After 5 redirects, redirects are not followed any more. The redirect response is sent back to the browser, which can choose to follow the redirect (handled automatically by the browser).
x-request-url
The requested URL.
x-final-url
The final URL, after following all redirects.
Hosting
An example of setting up a free CORS proxy at Vercel
Original article
- Create a repo on GitLab or GitHub with the contents of the proxy folder.
- Create
vercel.json
file in the repo. It sets up Vercel hosting for the repo:
{
"version": 2,
"name": "nodejs-mysql",
"builds": [
{ "src": "index.js", "use": "@vercel/node" }
],
"routes": [
{ "src": "/(.*)", "dest": "/index.js" }
]
}
- Push the changes to the repo.
- Login to Vercel using your GitLab or GitHub account.
- Click "Add New" → "Project".
- Choose "GitLab" or "GitHub".
- Find the repo in the list and click the "Import" button next it.
- After the project has been deployed, it will show the website URL for it. Use it as a proxy server URL. Example:
https://my-cors-proxy.vercel.app?url={urlEncoded}
.
Restrictions
To prevent the use of the proxy for casual browsing, the proxy requires one of the following request headers to be present:
Stats
There's a basic "stats" page available at /stats
URL. It displays a list of the most recent requests to the proxy: date, time, user subnet's IP address hash (in a form of a single unicode character) and the proxied URL.
When running in a containerized environment like Vercel, the proxy instance might be stopped when it doesn't receive incoming HTTP requests and then started again when an incoming HTTP request arrives. Any stats will be naturally cleared during such restart.
<iframe/>
When proxying an <iframe/>
contents, use the url
query parameter apprach and also set iframe
query parameter to a non-empty value:
http://my-cors-proxy.com:8080/?url=https%3A%2F%2Fgoogle.com&iframe=✓
This also requires adding the Proxy domain itself to fromOriginWhitelist
configuration parameter. The reason is that when loading an <iframe/>
, web browser will set Origin
HTTP request header value to be the "origin" part of the URL specified in the src
attribute of the <iframe/>
which is a proxied URL, so the domain of it will be the Proxy domain.
An additional optional URL query parameter that can be specified in this case is transforms
: an optional list of "transformations" that would be applied to the received HTML response content. When provided, the value should be a result of calling JSON.stringify()
on a list of transform
objects having shape:
{
target: "content",
regExp?: boolean,
searchFor: string,
replaceWith: string
}
Example:
[
{
target: "content",
searchFor: "'/cdn-cgi/",
replaceWith: "'https://website.com/cdn-cgi/",
}
]
In summary:
- It replaces
Content-Security-Policy
HTTP response header with frame-ancestors *;
to allow the page to be embedded on any 3rd-party website. - Applies any
transforms
, when provided, to the received HTML response content.

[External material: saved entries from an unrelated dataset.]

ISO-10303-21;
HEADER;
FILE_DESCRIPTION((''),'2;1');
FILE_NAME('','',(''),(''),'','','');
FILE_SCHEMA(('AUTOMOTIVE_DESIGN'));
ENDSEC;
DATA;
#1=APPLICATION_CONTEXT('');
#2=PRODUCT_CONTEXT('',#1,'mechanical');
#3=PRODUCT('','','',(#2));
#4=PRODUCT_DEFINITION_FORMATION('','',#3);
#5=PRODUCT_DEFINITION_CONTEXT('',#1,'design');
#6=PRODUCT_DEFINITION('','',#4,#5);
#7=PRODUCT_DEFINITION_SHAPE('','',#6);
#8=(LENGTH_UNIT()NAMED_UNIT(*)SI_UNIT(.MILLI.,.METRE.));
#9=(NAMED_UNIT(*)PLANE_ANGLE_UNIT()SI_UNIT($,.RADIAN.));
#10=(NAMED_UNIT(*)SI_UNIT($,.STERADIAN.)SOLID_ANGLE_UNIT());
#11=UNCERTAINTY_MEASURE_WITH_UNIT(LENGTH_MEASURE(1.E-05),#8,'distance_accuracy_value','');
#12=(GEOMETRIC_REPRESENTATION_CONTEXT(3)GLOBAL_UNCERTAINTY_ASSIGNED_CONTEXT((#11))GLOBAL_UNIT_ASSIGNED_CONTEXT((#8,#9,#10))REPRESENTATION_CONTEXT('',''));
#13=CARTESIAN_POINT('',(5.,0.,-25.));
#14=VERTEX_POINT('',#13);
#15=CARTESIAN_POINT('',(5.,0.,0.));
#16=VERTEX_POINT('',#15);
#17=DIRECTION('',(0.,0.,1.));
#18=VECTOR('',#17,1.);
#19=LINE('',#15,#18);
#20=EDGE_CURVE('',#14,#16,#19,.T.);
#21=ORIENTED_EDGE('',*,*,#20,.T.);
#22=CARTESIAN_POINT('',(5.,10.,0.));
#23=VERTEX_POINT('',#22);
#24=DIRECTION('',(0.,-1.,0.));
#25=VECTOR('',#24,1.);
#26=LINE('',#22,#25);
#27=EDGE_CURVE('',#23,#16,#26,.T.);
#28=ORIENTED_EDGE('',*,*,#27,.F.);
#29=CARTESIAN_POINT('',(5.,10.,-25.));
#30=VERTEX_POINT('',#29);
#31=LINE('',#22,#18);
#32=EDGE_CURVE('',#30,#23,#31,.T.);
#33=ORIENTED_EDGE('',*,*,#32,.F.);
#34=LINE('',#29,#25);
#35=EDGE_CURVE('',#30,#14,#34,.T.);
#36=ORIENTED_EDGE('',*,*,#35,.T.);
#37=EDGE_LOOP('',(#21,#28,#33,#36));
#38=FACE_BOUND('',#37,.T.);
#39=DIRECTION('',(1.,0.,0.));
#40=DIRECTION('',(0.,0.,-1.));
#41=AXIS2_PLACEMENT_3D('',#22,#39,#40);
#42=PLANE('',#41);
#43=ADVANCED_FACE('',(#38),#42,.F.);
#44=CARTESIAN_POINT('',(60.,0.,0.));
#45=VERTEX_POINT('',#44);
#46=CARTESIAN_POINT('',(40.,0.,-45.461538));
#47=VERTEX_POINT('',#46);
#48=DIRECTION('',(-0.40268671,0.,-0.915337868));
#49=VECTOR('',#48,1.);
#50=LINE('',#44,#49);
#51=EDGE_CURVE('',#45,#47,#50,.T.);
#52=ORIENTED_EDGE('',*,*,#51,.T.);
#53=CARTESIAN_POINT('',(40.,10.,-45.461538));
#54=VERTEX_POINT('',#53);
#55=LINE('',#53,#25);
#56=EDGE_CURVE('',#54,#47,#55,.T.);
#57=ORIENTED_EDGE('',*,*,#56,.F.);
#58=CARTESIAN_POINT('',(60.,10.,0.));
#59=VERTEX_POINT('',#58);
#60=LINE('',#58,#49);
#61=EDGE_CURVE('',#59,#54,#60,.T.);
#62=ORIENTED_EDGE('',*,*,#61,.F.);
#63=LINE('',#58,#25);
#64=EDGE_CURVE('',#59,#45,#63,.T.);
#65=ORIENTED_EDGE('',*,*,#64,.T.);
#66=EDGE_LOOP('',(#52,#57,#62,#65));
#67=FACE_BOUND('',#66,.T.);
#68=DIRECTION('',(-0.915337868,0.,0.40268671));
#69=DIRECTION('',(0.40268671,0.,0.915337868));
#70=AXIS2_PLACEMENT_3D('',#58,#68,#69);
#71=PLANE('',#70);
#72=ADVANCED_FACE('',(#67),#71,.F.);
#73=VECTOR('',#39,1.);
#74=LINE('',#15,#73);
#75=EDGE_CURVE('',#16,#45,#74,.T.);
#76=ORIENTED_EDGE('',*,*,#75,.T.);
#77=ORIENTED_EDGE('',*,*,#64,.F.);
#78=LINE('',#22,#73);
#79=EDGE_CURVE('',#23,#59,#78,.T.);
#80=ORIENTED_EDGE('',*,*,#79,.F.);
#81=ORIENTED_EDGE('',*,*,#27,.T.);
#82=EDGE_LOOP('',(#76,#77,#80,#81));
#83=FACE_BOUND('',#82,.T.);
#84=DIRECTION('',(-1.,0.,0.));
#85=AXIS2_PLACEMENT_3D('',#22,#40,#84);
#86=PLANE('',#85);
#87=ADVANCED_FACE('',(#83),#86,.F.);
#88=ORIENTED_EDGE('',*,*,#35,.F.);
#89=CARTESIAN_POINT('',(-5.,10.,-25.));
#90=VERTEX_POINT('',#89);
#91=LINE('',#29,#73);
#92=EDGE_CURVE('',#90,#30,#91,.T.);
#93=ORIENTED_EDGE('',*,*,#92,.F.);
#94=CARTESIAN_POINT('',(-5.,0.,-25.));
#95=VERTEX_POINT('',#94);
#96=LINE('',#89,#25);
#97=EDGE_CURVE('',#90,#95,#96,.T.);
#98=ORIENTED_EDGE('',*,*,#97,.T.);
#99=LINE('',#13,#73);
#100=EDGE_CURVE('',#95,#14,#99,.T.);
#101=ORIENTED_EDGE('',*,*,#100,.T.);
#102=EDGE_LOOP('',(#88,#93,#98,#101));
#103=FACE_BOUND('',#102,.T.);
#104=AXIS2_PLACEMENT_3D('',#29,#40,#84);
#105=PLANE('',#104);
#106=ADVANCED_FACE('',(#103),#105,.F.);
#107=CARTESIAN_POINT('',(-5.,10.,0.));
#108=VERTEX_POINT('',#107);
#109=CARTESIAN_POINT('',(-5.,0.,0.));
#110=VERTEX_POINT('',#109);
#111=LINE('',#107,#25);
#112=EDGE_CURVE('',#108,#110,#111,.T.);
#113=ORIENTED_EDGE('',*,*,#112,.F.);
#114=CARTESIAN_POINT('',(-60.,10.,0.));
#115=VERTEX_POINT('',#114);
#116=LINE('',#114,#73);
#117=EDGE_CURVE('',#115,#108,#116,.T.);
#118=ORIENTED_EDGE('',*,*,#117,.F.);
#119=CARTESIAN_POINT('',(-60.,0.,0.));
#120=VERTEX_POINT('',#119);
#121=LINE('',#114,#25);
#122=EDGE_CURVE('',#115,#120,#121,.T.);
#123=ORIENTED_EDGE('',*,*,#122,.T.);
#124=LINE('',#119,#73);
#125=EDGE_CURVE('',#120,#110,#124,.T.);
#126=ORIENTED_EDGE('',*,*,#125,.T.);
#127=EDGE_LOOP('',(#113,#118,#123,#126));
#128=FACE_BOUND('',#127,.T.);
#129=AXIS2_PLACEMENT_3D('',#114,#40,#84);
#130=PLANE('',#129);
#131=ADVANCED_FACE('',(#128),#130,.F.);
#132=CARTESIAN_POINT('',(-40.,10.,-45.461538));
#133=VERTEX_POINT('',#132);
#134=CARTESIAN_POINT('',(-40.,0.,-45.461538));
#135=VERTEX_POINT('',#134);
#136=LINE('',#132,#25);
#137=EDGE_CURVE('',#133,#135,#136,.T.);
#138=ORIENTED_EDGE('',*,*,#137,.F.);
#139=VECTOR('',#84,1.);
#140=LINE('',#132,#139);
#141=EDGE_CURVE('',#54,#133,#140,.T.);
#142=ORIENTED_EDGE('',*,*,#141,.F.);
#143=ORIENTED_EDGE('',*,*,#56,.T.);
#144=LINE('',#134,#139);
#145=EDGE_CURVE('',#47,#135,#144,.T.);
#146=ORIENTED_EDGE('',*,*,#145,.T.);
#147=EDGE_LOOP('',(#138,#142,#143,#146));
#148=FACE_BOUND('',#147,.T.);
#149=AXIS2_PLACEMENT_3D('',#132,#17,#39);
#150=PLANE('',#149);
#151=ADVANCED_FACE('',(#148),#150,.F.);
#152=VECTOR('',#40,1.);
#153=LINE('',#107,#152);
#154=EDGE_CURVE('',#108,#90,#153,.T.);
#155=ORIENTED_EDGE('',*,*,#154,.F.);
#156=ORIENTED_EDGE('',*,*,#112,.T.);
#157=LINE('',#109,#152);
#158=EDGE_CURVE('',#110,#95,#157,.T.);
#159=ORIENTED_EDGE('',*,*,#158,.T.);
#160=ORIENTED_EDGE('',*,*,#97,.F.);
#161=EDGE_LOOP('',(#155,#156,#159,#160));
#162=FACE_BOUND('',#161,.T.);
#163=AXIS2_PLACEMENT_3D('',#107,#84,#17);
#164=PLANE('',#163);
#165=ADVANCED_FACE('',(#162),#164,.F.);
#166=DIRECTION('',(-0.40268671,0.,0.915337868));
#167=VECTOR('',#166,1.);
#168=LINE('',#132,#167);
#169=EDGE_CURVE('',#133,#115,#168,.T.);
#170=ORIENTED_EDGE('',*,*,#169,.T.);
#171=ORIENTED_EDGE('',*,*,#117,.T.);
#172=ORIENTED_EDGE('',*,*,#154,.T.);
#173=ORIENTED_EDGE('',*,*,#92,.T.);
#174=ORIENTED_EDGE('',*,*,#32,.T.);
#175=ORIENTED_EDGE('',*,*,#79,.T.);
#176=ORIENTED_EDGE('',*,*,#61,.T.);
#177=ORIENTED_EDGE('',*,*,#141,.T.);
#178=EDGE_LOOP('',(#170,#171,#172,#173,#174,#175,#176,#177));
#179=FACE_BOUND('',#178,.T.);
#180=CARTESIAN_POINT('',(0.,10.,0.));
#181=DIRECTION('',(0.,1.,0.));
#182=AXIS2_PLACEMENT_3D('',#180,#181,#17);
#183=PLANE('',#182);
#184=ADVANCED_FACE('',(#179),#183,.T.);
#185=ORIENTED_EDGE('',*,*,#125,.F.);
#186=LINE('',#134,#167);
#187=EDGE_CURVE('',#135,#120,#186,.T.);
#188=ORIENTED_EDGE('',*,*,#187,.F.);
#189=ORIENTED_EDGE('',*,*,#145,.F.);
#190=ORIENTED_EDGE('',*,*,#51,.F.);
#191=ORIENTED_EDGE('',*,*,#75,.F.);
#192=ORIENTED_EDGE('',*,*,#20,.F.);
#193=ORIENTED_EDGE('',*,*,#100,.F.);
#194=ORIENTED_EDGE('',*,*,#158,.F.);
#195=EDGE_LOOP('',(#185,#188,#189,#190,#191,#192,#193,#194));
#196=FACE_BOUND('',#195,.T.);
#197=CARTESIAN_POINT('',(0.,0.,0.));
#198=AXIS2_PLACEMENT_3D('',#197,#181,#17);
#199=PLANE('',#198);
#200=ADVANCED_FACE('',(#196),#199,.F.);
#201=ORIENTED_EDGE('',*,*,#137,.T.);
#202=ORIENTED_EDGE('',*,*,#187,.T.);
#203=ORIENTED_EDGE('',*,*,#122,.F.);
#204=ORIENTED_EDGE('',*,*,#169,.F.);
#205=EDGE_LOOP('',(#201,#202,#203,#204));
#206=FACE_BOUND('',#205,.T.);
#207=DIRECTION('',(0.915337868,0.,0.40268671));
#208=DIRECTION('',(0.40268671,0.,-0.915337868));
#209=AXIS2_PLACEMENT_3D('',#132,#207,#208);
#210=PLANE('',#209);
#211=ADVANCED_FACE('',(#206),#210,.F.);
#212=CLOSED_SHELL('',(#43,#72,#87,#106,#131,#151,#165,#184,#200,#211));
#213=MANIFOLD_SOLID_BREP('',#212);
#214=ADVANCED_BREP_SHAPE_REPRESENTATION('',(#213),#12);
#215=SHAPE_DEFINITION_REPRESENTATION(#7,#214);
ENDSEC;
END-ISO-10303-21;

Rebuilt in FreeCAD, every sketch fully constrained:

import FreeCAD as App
import Part
import Sketcher


def add_polygon(sketch, points):
    """Adds a closed chain of lines whose ends are joined by coincident constraints."""
    first, n = sketch.GeometryCount, len(points)
    for a, b in zip(points, points[1:] + points[:1]):
        sketch.addGeometry(Part.LineSegment(App.Vector(*a, 0), App.Vector(*b, 0)), False)
    for i in range(n):
        sketch.addConstraint(Sketcher.Constraint("Coincident", first + i, 2, first + (i + 1) % n, 1))

doc = App.newDocument("Part")
body = doc.addObject("PartDesign::Body", "Body")

sketch1 = body.newObject("Sketcher::SketchObject", "Sketch")
sketch1.AttachmentSupport = (doc.getObject("XZ_Plane"), [""])
sketch1.MapMode = "FlatFace"
add_polygon(sketch1, [(-60, 0), (-5, 0), (-5, -25), (5, -25), (5, 0), (60, 0), (40, -45), (-40, -45)])
sketch1.addConstraint(Sketcher.Constraint("Horizontal", 0))
sketch1.addConstraint(Sketcher.Constraint("Vertical", 1))
sketch1.addConstraint(Sketcher.Constraint("Horizontal", 2))
sketch1.addConstraint(Sketcher.Constraint("Vertical", 3))
sketch1.addConstraint(Sketcher.Constraint("Horizontal", 4))
sketch1.addConstraint(Sketcher.Constraint("Horizontal", 6))
sketch1.addConstraint(Sketcher.Constraint("Symmetric", 0, 2, 3, 2, -1, 1))
sketch1.addConstraint(Sketcher.Constraint("Symmetric", 4, 2, 7, 2, -2))
sketch1.addConstraint(Sketcher.Constraint("Equal", 5, 7))
sketch1.addConstraint(Sketcher.Constraint("DistanceX", 0, 1, 0, 2, 55.0))
sketch1.addConstraint(Sketcher.Constraint("DistanceX", 2, 1, 2, 2, 10.0))
sketch1.addConstraint(Sketcher.Constraint("DistanceX", 6, 2, 6, 1, 80.0))
sketch1.addConstraint(Sketcher.Constraint("DistanceY", 1, 2, 1, 1, 25.0))
sketch1.addConstraint(Sketcher.Constraint("Distance", 5, 49.666402))
pad1 = body.newObject("PartDesign::Pad", "Pad")
pad1.Profile = sketch1
pad1.Length = 10
pad1.Reversed = True

doc.recompute()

- For example, such transforms should convert any relative URLs found in the HTTP response to absolute ones. Otherwise, when the
<iframe/>
d page sends additional HTTP requests for "resource" files at "relative" URLs (like /scripts/some-script.js
), those "resources" won't be found because those "relative" URLs would be resolved against the domain of the proxy server itself rather than the domain of the website being proxied.